Article Text
Abstract
Introduction Tobacco smoking is among the leading causes of preventable mortality worldwide. We assessed the impact of smoking on life expectancy worldwide between 1980 and 2010.
Methods We retrieved cause-specific mortality data from the WHO Mortality Database by sex, year and age for 63 countries with high or moderate quality data (1980–2010). Using the time of the peak of the smoking epidemic by country, relative risks from the three waves of the Cancer Prevention Study were applied to calculate the smoking impact ratio and population attributable fraction. Finally, we estimated the potential gain in life expectancy at age 40 if smoking-related deaths in middle age (40–79 years) were eliminated.
Results Currently, tobacco smoking is related to approximately 20% of total adult mortality in the countries in this study (24% in men and 12% in women).
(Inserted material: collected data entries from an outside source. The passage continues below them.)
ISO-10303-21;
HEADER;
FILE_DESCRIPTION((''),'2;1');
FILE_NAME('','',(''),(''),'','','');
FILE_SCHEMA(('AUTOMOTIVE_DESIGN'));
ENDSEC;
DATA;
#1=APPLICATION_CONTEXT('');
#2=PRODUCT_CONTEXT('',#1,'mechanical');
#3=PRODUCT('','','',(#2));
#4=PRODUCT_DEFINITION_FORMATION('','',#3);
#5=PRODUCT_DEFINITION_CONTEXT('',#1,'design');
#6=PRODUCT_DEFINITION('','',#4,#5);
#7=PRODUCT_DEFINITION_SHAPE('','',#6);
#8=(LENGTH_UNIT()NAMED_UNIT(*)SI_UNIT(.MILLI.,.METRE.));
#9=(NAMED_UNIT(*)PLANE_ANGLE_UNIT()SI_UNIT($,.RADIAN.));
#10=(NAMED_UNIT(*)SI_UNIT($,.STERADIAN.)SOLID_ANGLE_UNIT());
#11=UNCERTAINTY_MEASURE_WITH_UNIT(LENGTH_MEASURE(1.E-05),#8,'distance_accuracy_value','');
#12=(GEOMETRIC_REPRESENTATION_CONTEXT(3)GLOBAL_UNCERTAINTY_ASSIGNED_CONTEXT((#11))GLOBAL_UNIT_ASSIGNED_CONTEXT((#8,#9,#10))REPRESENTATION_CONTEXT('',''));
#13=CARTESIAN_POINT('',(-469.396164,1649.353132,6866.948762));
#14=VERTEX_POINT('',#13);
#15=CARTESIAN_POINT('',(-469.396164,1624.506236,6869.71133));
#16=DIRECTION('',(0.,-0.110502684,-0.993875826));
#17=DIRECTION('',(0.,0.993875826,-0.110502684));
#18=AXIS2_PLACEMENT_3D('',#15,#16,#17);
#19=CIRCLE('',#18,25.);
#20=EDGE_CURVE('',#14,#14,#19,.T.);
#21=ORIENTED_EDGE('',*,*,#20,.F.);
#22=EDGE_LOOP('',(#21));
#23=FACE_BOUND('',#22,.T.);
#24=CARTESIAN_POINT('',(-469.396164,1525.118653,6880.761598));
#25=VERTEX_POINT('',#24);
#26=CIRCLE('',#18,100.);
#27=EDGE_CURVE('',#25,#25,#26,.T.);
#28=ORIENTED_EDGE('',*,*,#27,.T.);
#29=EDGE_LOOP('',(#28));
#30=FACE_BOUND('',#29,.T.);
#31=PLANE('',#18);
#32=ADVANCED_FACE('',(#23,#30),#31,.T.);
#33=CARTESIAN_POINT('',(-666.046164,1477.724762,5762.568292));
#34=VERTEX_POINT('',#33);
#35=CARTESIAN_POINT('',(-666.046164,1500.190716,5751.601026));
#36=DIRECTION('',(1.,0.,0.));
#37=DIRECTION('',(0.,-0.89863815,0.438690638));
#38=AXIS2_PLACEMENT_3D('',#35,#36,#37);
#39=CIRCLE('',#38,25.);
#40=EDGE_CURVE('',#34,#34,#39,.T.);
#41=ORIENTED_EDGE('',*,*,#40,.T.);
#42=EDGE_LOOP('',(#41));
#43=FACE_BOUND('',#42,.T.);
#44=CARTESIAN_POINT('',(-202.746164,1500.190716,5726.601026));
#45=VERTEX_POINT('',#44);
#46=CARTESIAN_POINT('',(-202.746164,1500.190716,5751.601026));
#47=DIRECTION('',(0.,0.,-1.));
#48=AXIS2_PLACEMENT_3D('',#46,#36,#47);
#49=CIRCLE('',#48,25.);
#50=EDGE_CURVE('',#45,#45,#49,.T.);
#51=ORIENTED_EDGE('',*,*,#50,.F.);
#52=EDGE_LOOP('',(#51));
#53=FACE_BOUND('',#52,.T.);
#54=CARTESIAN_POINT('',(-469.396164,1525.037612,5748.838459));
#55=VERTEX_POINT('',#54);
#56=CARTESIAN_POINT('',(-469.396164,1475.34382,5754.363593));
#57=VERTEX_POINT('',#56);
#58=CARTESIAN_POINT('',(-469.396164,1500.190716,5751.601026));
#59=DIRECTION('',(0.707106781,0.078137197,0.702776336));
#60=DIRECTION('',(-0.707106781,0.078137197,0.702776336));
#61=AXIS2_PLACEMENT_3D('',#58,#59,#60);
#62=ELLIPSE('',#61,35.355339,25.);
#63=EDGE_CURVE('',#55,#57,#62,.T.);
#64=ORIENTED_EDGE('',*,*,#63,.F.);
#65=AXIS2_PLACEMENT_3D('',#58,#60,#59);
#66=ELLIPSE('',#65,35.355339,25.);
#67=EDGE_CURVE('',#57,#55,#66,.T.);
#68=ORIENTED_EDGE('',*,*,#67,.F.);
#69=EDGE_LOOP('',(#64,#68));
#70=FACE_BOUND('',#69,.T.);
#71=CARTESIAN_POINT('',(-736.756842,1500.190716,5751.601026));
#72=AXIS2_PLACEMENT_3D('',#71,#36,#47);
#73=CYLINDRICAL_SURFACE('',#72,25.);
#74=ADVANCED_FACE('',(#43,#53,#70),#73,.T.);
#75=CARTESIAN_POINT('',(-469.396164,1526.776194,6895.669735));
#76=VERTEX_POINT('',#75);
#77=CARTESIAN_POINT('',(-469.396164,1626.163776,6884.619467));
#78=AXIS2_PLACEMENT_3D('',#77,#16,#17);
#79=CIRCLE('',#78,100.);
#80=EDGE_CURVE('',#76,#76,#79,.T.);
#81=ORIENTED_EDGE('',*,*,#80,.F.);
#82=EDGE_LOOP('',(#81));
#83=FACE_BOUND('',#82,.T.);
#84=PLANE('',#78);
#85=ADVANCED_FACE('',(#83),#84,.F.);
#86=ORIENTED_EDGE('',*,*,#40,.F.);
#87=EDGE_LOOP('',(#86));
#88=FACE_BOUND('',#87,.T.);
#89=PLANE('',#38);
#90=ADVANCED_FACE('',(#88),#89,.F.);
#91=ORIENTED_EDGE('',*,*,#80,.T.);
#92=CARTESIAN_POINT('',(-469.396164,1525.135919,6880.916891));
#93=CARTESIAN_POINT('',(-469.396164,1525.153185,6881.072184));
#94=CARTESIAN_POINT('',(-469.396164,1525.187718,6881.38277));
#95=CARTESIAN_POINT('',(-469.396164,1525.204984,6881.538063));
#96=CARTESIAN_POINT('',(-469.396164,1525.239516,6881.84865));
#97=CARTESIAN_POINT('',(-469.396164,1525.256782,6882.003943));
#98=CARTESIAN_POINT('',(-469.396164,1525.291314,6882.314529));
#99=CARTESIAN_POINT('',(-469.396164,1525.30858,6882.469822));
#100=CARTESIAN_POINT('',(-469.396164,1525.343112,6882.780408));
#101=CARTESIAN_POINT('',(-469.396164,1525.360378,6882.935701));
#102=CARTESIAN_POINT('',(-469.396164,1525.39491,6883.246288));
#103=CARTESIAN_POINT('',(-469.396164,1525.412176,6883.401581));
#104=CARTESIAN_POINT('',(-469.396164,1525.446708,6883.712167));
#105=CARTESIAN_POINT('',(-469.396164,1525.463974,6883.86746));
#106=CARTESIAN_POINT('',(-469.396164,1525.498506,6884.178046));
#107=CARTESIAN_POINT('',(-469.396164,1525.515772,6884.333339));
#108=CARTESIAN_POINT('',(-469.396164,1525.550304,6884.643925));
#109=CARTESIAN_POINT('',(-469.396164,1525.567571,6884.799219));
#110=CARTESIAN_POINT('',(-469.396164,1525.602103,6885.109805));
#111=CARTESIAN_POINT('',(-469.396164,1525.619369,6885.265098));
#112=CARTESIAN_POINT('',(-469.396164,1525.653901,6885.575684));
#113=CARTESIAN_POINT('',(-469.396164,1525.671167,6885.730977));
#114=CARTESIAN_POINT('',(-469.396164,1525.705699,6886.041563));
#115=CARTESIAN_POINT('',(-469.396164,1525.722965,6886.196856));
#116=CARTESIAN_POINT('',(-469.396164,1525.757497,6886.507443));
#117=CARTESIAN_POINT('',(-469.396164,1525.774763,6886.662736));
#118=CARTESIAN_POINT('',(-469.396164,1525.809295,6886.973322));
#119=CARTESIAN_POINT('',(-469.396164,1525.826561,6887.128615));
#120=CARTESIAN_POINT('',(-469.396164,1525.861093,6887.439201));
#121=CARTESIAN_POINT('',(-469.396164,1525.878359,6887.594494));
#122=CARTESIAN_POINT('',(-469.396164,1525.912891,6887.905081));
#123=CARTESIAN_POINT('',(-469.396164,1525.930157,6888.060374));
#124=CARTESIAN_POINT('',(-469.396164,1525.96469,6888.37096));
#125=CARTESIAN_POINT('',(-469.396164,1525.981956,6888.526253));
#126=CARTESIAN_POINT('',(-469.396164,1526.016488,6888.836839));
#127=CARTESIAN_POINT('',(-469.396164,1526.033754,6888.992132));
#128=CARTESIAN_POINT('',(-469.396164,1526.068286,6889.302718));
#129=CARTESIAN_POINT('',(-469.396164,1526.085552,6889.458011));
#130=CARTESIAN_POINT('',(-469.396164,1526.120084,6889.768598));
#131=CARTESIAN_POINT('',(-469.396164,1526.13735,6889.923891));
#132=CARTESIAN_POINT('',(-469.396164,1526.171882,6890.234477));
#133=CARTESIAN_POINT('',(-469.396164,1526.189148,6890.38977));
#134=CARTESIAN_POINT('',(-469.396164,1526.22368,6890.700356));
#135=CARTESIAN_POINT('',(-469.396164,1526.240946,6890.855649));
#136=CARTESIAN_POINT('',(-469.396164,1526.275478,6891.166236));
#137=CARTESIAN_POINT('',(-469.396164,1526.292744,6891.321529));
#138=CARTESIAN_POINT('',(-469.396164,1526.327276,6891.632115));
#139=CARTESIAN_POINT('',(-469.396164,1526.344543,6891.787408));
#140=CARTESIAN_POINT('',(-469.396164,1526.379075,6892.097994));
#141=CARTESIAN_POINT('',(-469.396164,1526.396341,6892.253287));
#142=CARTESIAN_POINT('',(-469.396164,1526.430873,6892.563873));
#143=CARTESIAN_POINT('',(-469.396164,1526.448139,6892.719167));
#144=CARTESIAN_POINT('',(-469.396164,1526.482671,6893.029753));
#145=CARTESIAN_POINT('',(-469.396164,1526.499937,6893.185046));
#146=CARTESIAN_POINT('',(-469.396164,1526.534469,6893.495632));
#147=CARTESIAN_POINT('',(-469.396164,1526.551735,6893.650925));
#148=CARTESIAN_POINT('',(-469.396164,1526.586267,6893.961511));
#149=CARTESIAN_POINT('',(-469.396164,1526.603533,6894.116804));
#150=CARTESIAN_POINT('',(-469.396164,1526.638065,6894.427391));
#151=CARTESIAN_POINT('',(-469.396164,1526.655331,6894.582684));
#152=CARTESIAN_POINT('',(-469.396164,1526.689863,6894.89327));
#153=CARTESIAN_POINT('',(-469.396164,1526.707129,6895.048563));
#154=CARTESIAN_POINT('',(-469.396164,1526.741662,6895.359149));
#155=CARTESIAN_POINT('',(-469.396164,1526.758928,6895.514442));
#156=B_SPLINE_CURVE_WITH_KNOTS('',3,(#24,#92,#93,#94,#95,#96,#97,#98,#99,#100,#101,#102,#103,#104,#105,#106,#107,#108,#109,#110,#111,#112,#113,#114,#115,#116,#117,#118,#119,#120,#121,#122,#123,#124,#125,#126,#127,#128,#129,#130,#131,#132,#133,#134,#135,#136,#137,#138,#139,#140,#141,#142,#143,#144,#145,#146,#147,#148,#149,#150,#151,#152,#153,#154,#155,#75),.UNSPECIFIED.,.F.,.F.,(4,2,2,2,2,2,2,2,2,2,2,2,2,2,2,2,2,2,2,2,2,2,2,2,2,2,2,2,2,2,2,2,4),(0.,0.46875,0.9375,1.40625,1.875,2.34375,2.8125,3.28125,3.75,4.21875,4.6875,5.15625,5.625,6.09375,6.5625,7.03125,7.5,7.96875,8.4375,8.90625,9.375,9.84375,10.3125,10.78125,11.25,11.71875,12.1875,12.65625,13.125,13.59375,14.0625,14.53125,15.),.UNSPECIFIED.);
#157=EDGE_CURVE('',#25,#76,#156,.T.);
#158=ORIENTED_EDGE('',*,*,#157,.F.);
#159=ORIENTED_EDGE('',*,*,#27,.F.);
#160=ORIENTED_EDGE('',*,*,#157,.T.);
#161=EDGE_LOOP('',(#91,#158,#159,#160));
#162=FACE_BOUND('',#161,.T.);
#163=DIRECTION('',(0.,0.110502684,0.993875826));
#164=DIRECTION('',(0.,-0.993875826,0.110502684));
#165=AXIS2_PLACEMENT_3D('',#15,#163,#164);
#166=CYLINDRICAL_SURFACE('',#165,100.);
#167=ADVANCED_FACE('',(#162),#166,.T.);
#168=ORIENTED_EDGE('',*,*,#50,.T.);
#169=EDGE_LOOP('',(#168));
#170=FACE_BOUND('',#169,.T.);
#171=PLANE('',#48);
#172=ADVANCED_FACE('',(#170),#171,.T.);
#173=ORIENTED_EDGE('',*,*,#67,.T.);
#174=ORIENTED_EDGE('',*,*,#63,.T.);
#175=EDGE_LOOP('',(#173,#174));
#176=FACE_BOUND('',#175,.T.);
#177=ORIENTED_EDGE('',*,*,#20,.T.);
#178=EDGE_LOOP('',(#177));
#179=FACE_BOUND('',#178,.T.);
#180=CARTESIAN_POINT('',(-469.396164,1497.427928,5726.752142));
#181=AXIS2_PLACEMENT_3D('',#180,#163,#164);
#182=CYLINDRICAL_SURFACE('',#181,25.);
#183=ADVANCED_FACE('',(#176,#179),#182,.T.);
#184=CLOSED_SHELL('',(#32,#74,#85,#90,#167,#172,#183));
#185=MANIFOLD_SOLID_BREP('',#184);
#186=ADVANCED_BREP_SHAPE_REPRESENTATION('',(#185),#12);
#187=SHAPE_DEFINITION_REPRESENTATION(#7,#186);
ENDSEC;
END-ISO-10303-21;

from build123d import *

# Parameters (mm, degrees)
CROQUIS3_R                   = 25
SALIENTE_EXTRUIR1_DEPTH      = 463.3
CROQUIS5_R                   = 100
SALIENTE_EXTRUIR2_DEPTH      = 15
SALIENTE_EXTRUIR3_REACH      = 1699.123
SALIENTE_EXTRUIR3_END_RADIUS = 25
CROQUIS6_R                   = 25


with BuildPart() as part:
    # Croquis3 → Saliente-Extruir1 (new body)
    with BuildSketch(Plane(origin=(-202.746163562, 0, 0), x_dir=(0, 0, -1), z_dir=(1, 0, 0))):
        with Locations((-5751.601025747, 1500.190716107)):
            Circle(CROQUIS3_R)
    extrude(amount=-SALIENTE_EXTRUIR1_DEPTH)



with BuildPart() as body_2:
    # Croquis5 → Saliente-Extruir2 (new body)
    with BuildSketch(Plane(origin=(0, 775.966680828, 6979.147433935), x_dir=(1, 0, 0), z_dir=(0, -0.11050268429861657, -0.9938758256255157))):
        with Locations(Location((-469.396163562, -855.435934207, 0), (0, 0, 90))):
            Circle(CROQUIS5_R)
    extrude(amount=SALIENTE_EXTRUIR2_DEPTH)


with BuildPart() as part_1:
    add(part.part)

    add(body_2.part)  # Saliente-Extruir3 merges body 2
    # Saliente-Extruir3: up to this cylinder (the profile starts outside it)
    saliente_extruir3_end = Plane(origin=(-469.396164, 1500.190716107, 5751.601025747), z_dir=(1, 0, 0)) * Cylinder(SALIENTE_EXTRUIR3_END_RADIUS, 3449.246, mode=Mode.PRIVATE)
    # Croquis6 → Saliente-Extruir3 (add, up to the surface)
    with BuildSketch(Plane(origin=(0, 774.309140563, 6964.239296551), x_dir=(1, 0, 0), z_dir=(0, -0.11050268429861657, -0.9938758256255156)), mode=Mode.PRIVATE) as saliente_extruir3_sk1:
        with Locations(Location((-469.396163562, -855.435934207, 0), (0, 0, 270))):
            Circle(CROQUIS6_R)
    saliente_extruir3_tool1 = extrude(saliente_extruir3_sk1.sketch, amount=SALIENTE_EXTRUIR3_REACH, mode=Mode.PRIVATE) - saliente_extruir3_end
    add(saliente_extruir3_tool1.solids().sort_by_distance((-469.396164, 1624.506236, 6869.71133))[0])


solid = part_1.part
If smoking-related deaths were eliminated, adult life expectancy would increase on average by 2.4 years in men (0.1 in Uzbekistan to 4.8 years in Hungary) and 1 year in women (0.1 in Kyrgyzstan to 2.9 years in the USA). The proportion of smoking-related mortality among men has declined in most countries, but has increased in the most populous country in the world, that is, China from 4.6% to 7.3%. Increases in the impact of tobacco on life expectancy were observed among women in high-income countries.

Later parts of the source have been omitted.